Saved entries
- - - - -
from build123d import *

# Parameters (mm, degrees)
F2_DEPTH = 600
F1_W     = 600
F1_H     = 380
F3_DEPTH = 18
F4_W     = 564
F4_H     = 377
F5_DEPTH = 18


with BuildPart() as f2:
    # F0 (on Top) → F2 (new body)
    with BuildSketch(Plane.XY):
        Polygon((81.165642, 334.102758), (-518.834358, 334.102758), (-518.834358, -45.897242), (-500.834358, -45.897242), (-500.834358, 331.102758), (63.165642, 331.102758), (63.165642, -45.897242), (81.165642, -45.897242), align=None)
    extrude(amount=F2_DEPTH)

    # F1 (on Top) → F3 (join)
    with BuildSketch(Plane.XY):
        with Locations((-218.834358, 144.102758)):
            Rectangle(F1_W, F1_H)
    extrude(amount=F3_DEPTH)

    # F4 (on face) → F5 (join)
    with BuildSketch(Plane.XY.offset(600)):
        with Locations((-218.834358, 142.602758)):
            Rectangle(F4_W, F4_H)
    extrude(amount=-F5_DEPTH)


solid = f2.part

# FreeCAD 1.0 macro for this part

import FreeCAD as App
import Part
import Sketcher
from FreeCAD import Vector

doc = App.newDocument("Part")
body = doc.addObject("PartDesign::Body", "Body")

# Sketch on XY plane
sketch1 = body.newObject("Sketcher::SketchObject", "Sketch")
sketch1.AttachmentSupport = (doc.getObject("XY_Plane"), [""])
sketch1.MapMode = "FlatFace"
sketch1.addGeometry(Part.LineSegment(Vector(81, 334, 0), Vector(-519, 334, 0)), False)
sketch1.addGeometry(Part.LineSegment(Vector(-519, 334, 0), Vector(-519, -46, 0)), False)
sketch1.addGeometry(Part.LineSegment(Vector(-519, -46, 0), Vector(-501, -46, 0)), False)
sketch1.addGeometry(Part.LineSegment(Vector(-501, -46, 0), Vector(-501, 331, 0)), False)
sketch1.addGeometry(Part.LineSegment(Vector(-501, 331, 0), Vector(63, 331, 0)), False)
sketch1.addGeometry(Part.LineSegment(Vector(63, 331, 0), Vector(63, -46, 0)), False)
sketch1.addGeometry(Part.LineSegment(Vector(63, -46, 0), Vector(81, -46, 0)), False)
sketch1.addGeometry(Part.LineSegment(Vector(81, -46, 0), Vector(81, 334, 0)), False)
sketch1.addConstraint(Sketcher.Constraint("Coincident", 0, 2, 1, 1))
sketch1.addConstraint(Sketcher.Constraint("Coincident", 1, 2, 2, 1))
sketch1.addConstraint(Sketcher.Constraint("Coincident", 2, 2, 3, 1))
sketch1.addConstraint(Sketcher.Constraint("Coincident", 3, 2, 4, 1))
sketch1.addConstraint(Sketcher.Constraint("Coincident", 4, 2, 5, 1))
sketch1.addConstraint(Sketcher.Constraint("Coincident", 5, 2, 6, 1))
sketch1.addConstraint(Sketcher.Constraint("Coincident", 6, 2, 7, 1))
sketch1.addConstraint(Sketcher.Constraint("Coincident", 7, 2, 0, 1))
sketch1.addConstraint(Sketcher.Constraint("Horizontal", 0))
sketch1.addConstraint(Sketcher.Constraint("Vertical", 1))
sketch1.addConstraint(Sketcher.Constraint("Horizontal", 2))
sketch1.addConstraint(Sketcher.Constraint("Vertical", 3))
sketch1.addConstraint(Sketcher.Constraint("Horizontal", 4))
sketch1.addConstraint(Sketcher.Constraint("Vertical", 5))
sketch1.addConstraint(Sketcher.Constraint("Horizontal", 6))
sketch1.addConstraint(Sketcher.Constraint("Vertical", 7))
sketch1.addConstraint(Sketcher.Constraint("Horizontal", 2, 2, 5, 2))
sketch1.addConstraint(Sketcher.Constraint("Equal", 2, 6))
sketch1.addConstraint(Sketcher.Constraint("DistanceX", 0, 2, 0, 1, 600.0))
sketch1.addConstraint(Sketcher.Constraint("DistanceX", 2, 1, 2, 2, 18.0))
sketch1.addConstraint(Sketcher.Constraint("DistanceY", 1, 2, 1, 1, 380.0))
sketch1.addConstraint(Sketcher.Constraint("DistanceY", 3, 1, 3, 2, 377.0))
sketch1.addConstraint(Sketcher.Constraint("DistanceX", 0, 2, -1, 1, 518.834358))
sketch1.addConstraint(Sketcher.Constraint("DistanceY", -1, 1, 0, 2, 334.102758))
pad1 = body.newObject("PartDesign::Pad", "Pad")
pad1.Profile = sketch1
pad1.Length = 600

# Sketch on XY plane
sketch2 = body.newObject("Sketcher::SketchObject", "Sketch001")
sketch2.AttachmentSupport = (doc.getObject("XY_Plane"), [""])
sketch2.MapMode = "FlatFace"
sketch2.addGeometry(Part.LineSegment(Vector(-519, 334, 0), Vector(-519, -46, 0)), False)
sketch2.addGeometry(Part.LineSegment(Vector(-519, -46, 0), Vector(81, -46, 0)), False)
sketch2.addGeometry(Part.LineSegment(Vector(81, -46, 0), Vector(81, 334, 0)), False)
sketch2.addGeometry(Part.LineSegment(Vector(81, 334, 0), Vector(-519, 334, 0)), False)
sketch2.addConstraint(Sketcher.Constraint("Coincident", 0, 2, 1, 1))
sketch2.addConstraint(Sketcher.Constraint("Coincident", 1, 2, 2, 1))
sketch2.addConstraint(Sketcher.Constraint("Coincident", 2, 2, 3, 1))
sketch2.addConstraint(Sketcher.Constraint("Coincident", 3, 2, 0, 1))
sketch2.addConstraint(Sketcher.Constraint("Vertical", 0))
sketch2.addConstraint(Sketcher.Constraint("Horizontal", 1))
sketch2.addConstraint(Sketcher.Constraint("Vertical", 2))
sketch2.addConstraint(Sketcher.Constraint("Horizontal", 3))
sketch2.addConstraint(Sketcher.Constraint("DistanceX", 1, 1, 1, 2, 600.0))
sketch2.addConstraint(Sketcher.Constraint("DistanceY", 0, 2, 0, 1, 380.0))
sketch2.addConstraint(Sketcher.Constraint("DistanceX", 0, 2, -1, 1, 518.834358))
sketch2.addConstraint(Sketcher.Constraint("DistanceY", -1, 1, 2, 2, 334.102758))
pad2 = body.newObject("PartDesign::Pad", "Pad001")
pad2.Profile = sketch2
pad2.Length = 18

# Sketch on XY plane
sketch3 = body.newObject("Sketcher::SketchObject", "Sketch002")
sketch3.AttachmentSupport = (doc.getObject("XY_Plane"), [""])
sketch3.MapMode = "FlatFace"
sketch3.AttachmentOffset = App.Placement(Vector(0, 0, 600), App.Rotation())
sketch3.addGeometry(Part.LineSegment(Vector(-501, 331, 0), Vector(-501, -46, 0)), False)
sketch3.addGeometry(Part.LineSegment(Vector(-501, -46, 0), Vector(63, -46, 0)), False)
sketch3.addGeometry(Part.LineSegment(Vector(63, -46, 0), Vector(63, 331, 0)), False)
sketch3.addGeometry(Part.LineSegment(Vector(63, 331, 0), Vector(-501, 331, 0)), False)
sketch3.addConstraint(Sketcher.Constraint("Coincident", 0, 2, 1, 1))
sketch3.addConstraint(Sketcher.Constraint("Coincident", 1, 2, 2, 1))
sketch3.addConstraint(Sketcher.Constraint("Coincident", 2, 2, 3, 1))
sketch3.addConstraint(Sketcher.Constraint("Coincident", 3, 2, 0, 1))
sketch3.addConstraint(Sketcher.Constraint("Vertical", 0))
sketch3.addConstraint(Sketcher.Constraint("Horizontal", 1))
sketch3.addConstraint(Sketcher.Constraint("Vertical", 2))
sketch3.addConstraint(Sketcher.Constraint("Horizontal", 3))
sketch3.addConstraint(Sketcher.Constraint("DistanceX", 1, 1, 1, 2, 564.0))
sketch3.addConstraint(Sketcher.Constraint("DistanceY", 0, 2, 0, 1, 377.0))
sketch3.addConstraint(Sketcher.Constraint("DistanceX", 0, 2, -1, 1, 500.834358))
sketch3.addConstraint(Sketcher.Constraint("DistanceY", -1, 1, 2, 2, 331.102758))
pad3 = body.newObject("PartDesign::Pad", "Pad002")
pad3.Profile = sketch3
pad3.Length = 18
pad3.Reversed = True

doc.recompute()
- - - - -
Among the lines above, tally those containing the string "amount" and give only the result.

TASK OUTPUT: 3